Shall someone revert this or do we need time to reflect more on this matter?

[monarchdodra]

or do we need time to reflect more on this matter?

assumeSafeAppend is functionally pure. If we can find a way to tell the compiler that it is weakly pure, then there is nothing to revert or reflect on.

For example, adding a hidden dummy pointer should fix it?

auto ref inout(T[]) assumeSafeAppend(T)(auto ref inout(T[]) arr, void* dummy = null);

This fixes the issue, and we preserve the weak purity.

[schveiguy]

@monarchdodra @nordlow I think we should back out the pure attribute for now. It was a very very recent change, so virtually no code depends on it. If we can re-introduce it in a way that makes it weak-pure for all types, then we can debate that.
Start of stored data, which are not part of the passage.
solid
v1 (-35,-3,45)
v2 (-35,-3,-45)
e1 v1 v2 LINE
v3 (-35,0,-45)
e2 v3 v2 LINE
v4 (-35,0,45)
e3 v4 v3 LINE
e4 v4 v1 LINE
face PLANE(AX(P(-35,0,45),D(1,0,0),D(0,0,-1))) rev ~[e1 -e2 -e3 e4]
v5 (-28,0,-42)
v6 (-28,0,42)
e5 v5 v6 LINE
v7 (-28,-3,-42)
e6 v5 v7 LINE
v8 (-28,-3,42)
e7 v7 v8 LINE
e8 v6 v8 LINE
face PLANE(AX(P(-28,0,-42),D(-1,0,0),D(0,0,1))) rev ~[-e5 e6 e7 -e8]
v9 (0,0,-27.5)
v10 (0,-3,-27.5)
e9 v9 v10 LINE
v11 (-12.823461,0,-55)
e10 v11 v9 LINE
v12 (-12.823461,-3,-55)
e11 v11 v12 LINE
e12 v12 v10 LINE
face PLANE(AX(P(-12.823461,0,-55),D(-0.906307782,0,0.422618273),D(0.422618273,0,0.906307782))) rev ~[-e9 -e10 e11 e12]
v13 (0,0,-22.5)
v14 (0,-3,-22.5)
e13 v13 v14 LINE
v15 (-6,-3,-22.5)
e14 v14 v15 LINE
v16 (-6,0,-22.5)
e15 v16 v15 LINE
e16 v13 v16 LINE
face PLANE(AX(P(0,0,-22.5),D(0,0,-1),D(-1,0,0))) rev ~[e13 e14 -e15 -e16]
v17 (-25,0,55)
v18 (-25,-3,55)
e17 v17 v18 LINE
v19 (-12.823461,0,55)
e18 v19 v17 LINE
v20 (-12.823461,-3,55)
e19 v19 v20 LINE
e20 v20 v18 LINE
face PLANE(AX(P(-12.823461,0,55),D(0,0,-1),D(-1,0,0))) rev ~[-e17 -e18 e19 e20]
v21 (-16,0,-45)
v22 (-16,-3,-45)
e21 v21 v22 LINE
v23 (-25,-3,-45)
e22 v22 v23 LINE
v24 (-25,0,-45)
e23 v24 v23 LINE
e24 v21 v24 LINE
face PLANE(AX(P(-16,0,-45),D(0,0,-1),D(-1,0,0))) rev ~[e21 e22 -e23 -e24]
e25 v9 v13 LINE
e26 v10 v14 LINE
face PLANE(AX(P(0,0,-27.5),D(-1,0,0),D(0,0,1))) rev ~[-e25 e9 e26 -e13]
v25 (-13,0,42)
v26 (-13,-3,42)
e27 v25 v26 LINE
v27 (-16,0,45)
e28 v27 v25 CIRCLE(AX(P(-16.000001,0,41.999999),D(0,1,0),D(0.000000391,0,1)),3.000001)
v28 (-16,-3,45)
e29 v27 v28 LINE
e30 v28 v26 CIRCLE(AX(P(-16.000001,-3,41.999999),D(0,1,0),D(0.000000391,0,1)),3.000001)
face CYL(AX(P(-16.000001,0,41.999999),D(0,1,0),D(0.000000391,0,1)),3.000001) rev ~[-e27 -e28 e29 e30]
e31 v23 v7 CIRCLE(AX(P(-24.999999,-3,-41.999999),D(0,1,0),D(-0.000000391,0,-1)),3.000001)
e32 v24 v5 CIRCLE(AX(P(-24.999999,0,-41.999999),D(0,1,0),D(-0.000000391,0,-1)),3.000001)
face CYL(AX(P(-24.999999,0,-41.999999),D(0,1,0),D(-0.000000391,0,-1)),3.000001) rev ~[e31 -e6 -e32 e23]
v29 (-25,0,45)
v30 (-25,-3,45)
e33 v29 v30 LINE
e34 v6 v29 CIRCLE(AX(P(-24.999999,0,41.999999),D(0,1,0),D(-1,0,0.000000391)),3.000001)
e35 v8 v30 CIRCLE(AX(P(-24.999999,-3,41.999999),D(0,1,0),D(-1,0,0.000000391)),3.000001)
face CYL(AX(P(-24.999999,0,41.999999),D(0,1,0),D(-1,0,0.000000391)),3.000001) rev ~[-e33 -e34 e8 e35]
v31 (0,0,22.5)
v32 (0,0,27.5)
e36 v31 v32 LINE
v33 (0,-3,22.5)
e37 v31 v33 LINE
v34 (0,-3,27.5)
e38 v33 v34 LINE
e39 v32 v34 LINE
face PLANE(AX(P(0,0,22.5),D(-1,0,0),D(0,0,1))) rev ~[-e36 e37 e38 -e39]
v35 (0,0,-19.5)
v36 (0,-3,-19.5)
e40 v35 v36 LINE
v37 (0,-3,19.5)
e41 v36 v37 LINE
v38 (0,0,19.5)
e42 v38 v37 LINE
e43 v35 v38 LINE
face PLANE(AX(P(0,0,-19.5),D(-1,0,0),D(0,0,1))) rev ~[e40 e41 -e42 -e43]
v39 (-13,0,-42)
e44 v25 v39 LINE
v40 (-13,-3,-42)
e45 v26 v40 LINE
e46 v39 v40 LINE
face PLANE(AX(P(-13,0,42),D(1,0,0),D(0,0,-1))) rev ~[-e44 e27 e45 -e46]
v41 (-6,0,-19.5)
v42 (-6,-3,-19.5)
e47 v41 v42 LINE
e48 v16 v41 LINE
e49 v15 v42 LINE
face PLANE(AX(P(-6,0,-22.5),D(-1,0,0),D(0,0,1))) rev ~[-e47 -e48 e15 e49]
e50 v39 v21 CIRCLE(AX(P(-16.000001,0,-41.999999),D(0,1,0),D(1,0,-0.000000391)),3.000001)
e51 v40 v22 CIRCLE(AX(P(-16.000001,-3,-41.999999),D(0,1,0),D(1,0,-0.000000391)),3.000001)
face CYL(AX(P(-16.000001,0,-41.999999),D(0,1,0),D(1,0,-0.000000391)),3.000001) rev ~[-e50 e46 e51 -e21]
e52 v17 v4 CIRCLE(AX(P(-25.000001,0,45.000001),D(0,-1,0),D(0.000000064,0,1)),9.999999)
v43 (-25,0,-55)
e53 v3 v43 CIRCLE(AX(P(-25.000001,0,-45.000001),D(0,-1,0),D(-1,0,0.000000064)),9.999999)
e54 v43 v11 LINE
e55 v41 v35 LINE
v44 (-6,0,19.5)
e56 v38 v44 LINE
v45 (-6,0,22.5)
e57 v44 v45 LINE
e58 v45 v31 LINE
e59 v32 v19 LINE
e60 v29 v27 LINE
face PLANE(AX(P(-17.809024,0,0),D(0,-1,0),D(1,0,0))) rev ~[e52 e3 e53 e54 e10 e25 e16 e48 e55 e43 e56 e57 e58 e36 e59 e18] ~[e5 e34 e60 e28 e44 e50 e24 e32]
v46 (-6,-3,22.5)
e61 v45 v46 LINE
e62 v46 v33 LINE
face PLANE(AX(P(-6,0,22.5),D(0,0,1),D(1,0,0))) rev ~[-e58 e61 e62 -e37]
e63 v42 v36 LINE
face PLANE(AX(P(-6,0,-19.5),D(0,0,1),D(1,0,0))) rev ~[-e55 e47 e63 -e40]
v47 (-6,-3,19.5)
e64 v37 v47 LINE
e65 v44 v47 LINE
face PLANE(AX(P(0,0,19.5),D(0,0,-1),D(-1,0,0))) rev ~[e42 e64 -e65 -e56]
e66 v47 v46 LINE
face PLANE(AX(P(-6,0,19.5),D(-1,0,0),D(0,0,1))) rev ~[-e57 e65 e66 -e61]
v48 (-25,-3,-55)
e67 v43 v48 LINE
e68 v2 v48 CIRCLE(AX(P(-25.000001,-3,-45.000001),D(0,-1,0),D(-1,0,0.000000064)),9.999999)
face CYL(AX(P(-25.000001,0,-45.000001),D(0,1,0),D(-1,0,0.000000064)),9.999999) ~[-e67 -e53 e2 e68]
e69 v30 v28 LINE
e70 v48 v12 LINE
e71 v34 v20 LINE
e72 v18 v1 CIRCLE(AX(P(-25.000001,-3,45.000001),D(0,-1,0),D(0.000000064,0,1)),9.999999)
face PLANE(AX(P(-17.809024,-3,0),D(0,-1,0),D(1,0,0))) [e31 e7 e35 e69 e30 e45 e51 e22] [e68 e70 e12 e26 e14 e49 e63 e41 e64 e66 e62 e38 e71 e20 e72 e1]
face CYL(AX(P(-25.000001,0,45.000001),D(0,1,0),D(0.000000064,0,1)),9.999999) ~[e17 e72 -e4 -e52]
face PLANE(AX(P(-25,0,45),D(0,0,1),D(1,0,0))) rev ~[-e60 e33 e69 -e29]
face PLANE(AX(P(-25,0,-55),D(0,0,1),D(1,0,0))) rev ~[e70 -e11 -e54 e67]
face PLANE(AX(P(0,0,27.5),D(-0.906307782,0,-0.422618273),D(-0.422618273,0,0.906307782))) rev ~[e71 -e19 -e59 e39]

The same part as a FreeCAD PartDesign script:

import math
import FreeCAD as App
import Part
import Sketcher
Q = App.Units.Quantity

doc = App.newDocument("Part")
params = doc.addObject("Spreadsheet::Sheet", "Params")
for row, (alias, value) in enumerate([
    ("sketch1_radius", "9.999999 mm"),
    ("sketch1_radius2", "3.000001 mm"),
    ("sketch1_width", "6 mm"),
    ("sketch1_width2", "9 mm"),
    ("sketch1_height", "90 mm"),
    ("pad1_length", "3 mm"),
], start=1):
    params.set(f"A{row}", alias)
    params.set(f"B{row}", "=" + value)
    params.setAlias(f"B{row}", alias)

body = doc.addObject("PartDesign::Body", "Body")

# Sketch on XZ plane
sketch1 = body.newObject("Sketcher::SketchObject", "Sketch")
sketch1.AttachmentSupport = (doc.getObject("XZ_Plane"), [""])
sketch1.MapMode = "FlatFace"
sketch1.addGeometry([
    Part.LineSegment(App.Vector(-35, 45, 0), App.Vector(-35, -45, 0)),  # 0
    Part.ArcOfCircle(Part.Circle(App.Vector(-25, -45, 0), App.Vector(0, 0, 1), 10), math.radians(180), math.radians(270)),  # 1
    Part.LineSegment(App.Vector(-25, -55, 0), App.Vector(-12.8, -55, 0)),  # 2
    Part.LineSegment(App.Vector(-12.8, -55, 0), App.Vector(0, -27.5, 0)),  # 3
    Part.LineSegment(App.Vector(0, -27.5, 0), App.Vector(0, -22.5, 0)),  # 4
    Part.LineSegment(App.Vector(0, -22.5, 0), App.Vector(-6, -22.5, 0)),  # 5
    Part.LineSegment(App.Vector(-6, -22.5, 0), App.Vector(-6, -19.5, 0)),  # 6
    Part.LineSegment(App.Vector(-6, -19.5, 0), App.Vector(0, -19.5, 0)),  # 7
    Part.LineSegment(App.Vector(0, -19.5, 0), App.Vector(0, 19.5, 0)),  # 8
    Part.LineSegment(App.Vector(0, 19.5, 0), App.Vector(-6, 19.5, 0)),  # 9
    Part.LineSegment(App.Vector(-6, 19.5, 0), App.Vector(-6, 22.5, 0)),  # 10
    Part.LineSegment(App.Vector(-6, 22.5, 0), App.Vector(0, 22.5, 0)),  # 11
    Part.LineSegment(App.Vector(0, 22.5, 0), App.Vector(0, 27.5, 0)),  # 12
    Part.LineSegment(App.Vector(0, 27.5, 0), App.Vector(-12.8, 55, 0)),  # 13
    Part.LineSegment(App.Vector(-12.8, 55, 0), App.Vector(-25, 55, 0)),  # 14
    Part.ArcOfCircle(Part.Circle(App.Vector(-25, 45, 0), App.Vector(0, 0, 1), 10), math.radians(90), math.radians(180)),  # 15
    Part.ArcOfCircle(Part.Circle(App.Vector(-25, -42, 0), App.Vector(0, 0, 1), 3), math.radians(-180), math.radians(-90)),  # 16
    Part.LineSegment(App.Vector(-28, -42, 0), App.Vector(-28, 42, 0)),  # 17
    Part.ArcOfCircle(Part.Circle(App.Vector(-25, 42, 0), App.Vector(0, 0, 1), 3), math.radians(90), math.radians(180)),  # 18
    Part.LineSegment(App.Vector(-25, 45, 0), App.Vector(-16, 45, 0)),  # 19
    Part.ArcOfCircle(Part.Circle(App.Vector(-16, 42, 0), App.Vector(0, 0, 1), 3), math.radians(0), math.radians(90)),  # 20
    Part.LineSegment(App.Vector(-13, 42, 0), App.Vector(-13, -42, 0)),  # 21
    Part.ArcOfCircle(Part.Circle(App.Vector(-16, -42, 0), App.Vector(0, 0, 1), 3), math.radians(-90), math.radians(0)),  # 22
    Part.LineSegment(App.Vector(-16, -45, 0), App.Vector(-25, -45, 0)),  # 23
], False)
sketch1.addConstraint([
    Sketcher.Constraint("Tangent", 0, 2, 1, 1),
    Sketcher.Constraint("Tangent", 1, 2, 2, 1),
    Sketcher.Constraint("Coincident", 2, 2, 3, 1),
    Sketcher.Constraint("Coincident", 3, 2, 4, 1),
    Sketcher.Constraint("Coincident", 4, 2, 5, 1),
    Sketcher.Constraint("Coincident", 5, 2, 6, 1),
    Sketcher.Constraint("Coincident", 6, 2, 7, 1),
    Sketcher.Constraint("Coincident", 7, 2, 8, 1),
    Sketcher.Constraint("Coincident", 8, 2, 9, 1),
    Sketcher.Constraint("Coincident", 9, 2, 10, 1),
    Sketcher.Constraint("Coincident", 10, 2, 11, 1),
    Sketcher.Constraint("Coincident", 11, 2, 12, 1),
    Sketcher.Constraint("Coincident", 12, 2, 13, 1),
    Sketcher.Constraint("Coincident", 13, 2, 14, 1),
    Sketcher.Constraint("Tangent", 14, 2, 15, 1),
    Sketcher.Constraint("Tangent", 15, 2, 0, 1),
    Sketcher.Constraint("Tangent", 16, 1, 17, 1),
    Sketcher.Constraint("Tangent", 17, 2, 18, 2),
    Sketcher.Constraint("Tangent", 18, 1, 19, 1),
    Sketcher.Constraint("Tangent", 19, 2, 20, 2),
    Sketcher.Constraint("Tangent", 20, 1, 21, 1),
    Sketcher.Constraint("Tangent", 21, 2, 22, 2),
    Sketcher.Constraint("Tangent", 22, 1, 23, 1),
    Sketcher.Constraint("Tangent", 23, 2, 16, 2),
    Sketcher.Constraint("Vertical", 0),
    Sketcher.Constraint("Horizontal", 2),
    Sketcher.Constraint("Vertical", 4),
    Sketcher.Constraint("Horizontal", 5),
    Sketcher.Constraint("Vertical", 6),
    Sketcher.Constraint("Horizontal", 7),
    Sketcher.Constraint("Vertical", 8),
    Sketcher.Constraint("Horizontal", 9),
    Sketcher.Constraint("Vertical", 10),
    Sketcher.Constraint("Horizontal", 11),
    Sketcher.Constraint("Vertical", 12),
    Sketcher.Constraint("Horizontal", 14),
    Sketcher.Constraint("Vertical", 17),
    Sketcher.Constraint("Horizontal", 19),
    Sketcher.Constraint("Vertical", 21),
    Sketcher.Constraint("Horizontal", 23),
    Sketcher.Constraint("Coincident", 18, 1, 15, 3),
    Sketcher.Constraint("Coincident", 23, 2, 1, 3),
    Sketcher.Constraint("Equal", 1, 15),
    Sketcher.Constraint("Equal", 18, 20),
    Sketcher.Constraint("Equal", 20, 22),
    Sketcher.Constraint("Symmetric", 7, 2, 8, 2, -1, 1),
    Sketcher.Constraint("Symmetric", 4, 2, 11, 2, -1, 1),
    Sketcher.Constraint("Symmetric", 3, 2, 12, 2, -1),
    Sketcher.Constraint("Symmetric", 2, 2, 13, 2, -1),
    Sketcher.Constraint("Vertical", 6, 2, 9, 2),
    Sketcher.Constraint("Radius", 1, Q("9.999999 mm")),
    Sketcher.Constraint("Radius", 16, Q("3.000001 mm")),
    Sketcher.Constraint("DistanceX", 5, 2, 5, 1, Q("6 mm")),
    Sketcher.Constraint("DistanceX", 19, 1, 19, 2, Q("9 mm")),
    Sketcher.Constraint("DistanceY", 0, 2, 0, 1, Q("90 mm")),
    Sketcher.Constraint("DistanceY", 4, 1, 4, 2, Q("5 mm")),
    Sketcher.Constraint("DistanceY", 6, 1, 6, 2, Q("3 mm")),
    Sketcher.Constraint("DistanceY", 8, 1, 8, 2, Q("39 mm")),
    Sketcher.Constraint("Angle", 3, Q("64.999999 deg")),
    Sketcher.Constraint("DistanceX", 1, 3, -1, 1, Q("25.000001 mm")),
])
sketch1.setExpression("Constraints[50]", "Params.sketch1_radius")
sketch1.setExpression("Constraints[51]", "Params.sketch1_radius2")
sketch1.setExpression("Constraints[52]", "Params.sketch1_width")
sketch1.setExpression("Constraints[53]", "Params.sketch1_width2")
sketch1.setExpression("Constraints[54]", "Params.sketch1_height")
pad1 = body.newObject("PartDesign::Pad", "Pad")
pad1.Profile = sketch1
pad1.setExpression("Length", "Params.pad1_length")

doc.recompute()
Note that assumeSafeAppend uses a cast to call _d_arrayShrinkFit with a void *, so we must tread very carefully -- it is casting away immutability.

[nordlow]

Shall I remove the pure attribute and remove my cast(void)s on calls to assumeSafeAppend in my pull request?

[andralex]

@nordlow that would be great. Thanks!

[nordlow]

I guess that means that this pull request is not needed right?

I only need to fix druntime right?

[andralex]

Yah. This work shouldn't go to waste though. Please also submit a bugzilla issue so we figure how we go about the larger problem. Thanks!

[nordlow]

Done: https://github.com/D-Programming-Language/druntime/pull/747/files

[monarchdodra]

I guess that means that this pull request is not needed right?

Yeah, this pull request is definitely not needed. assumeSafeAppend is definitely not strongly pure, and anything that caters to that is wrong.

I only need to fix druntime right?

Yes, please remove the pure attribute. I'll pull you myself.

[quickfur]

Based on last comment, should this PR be closed?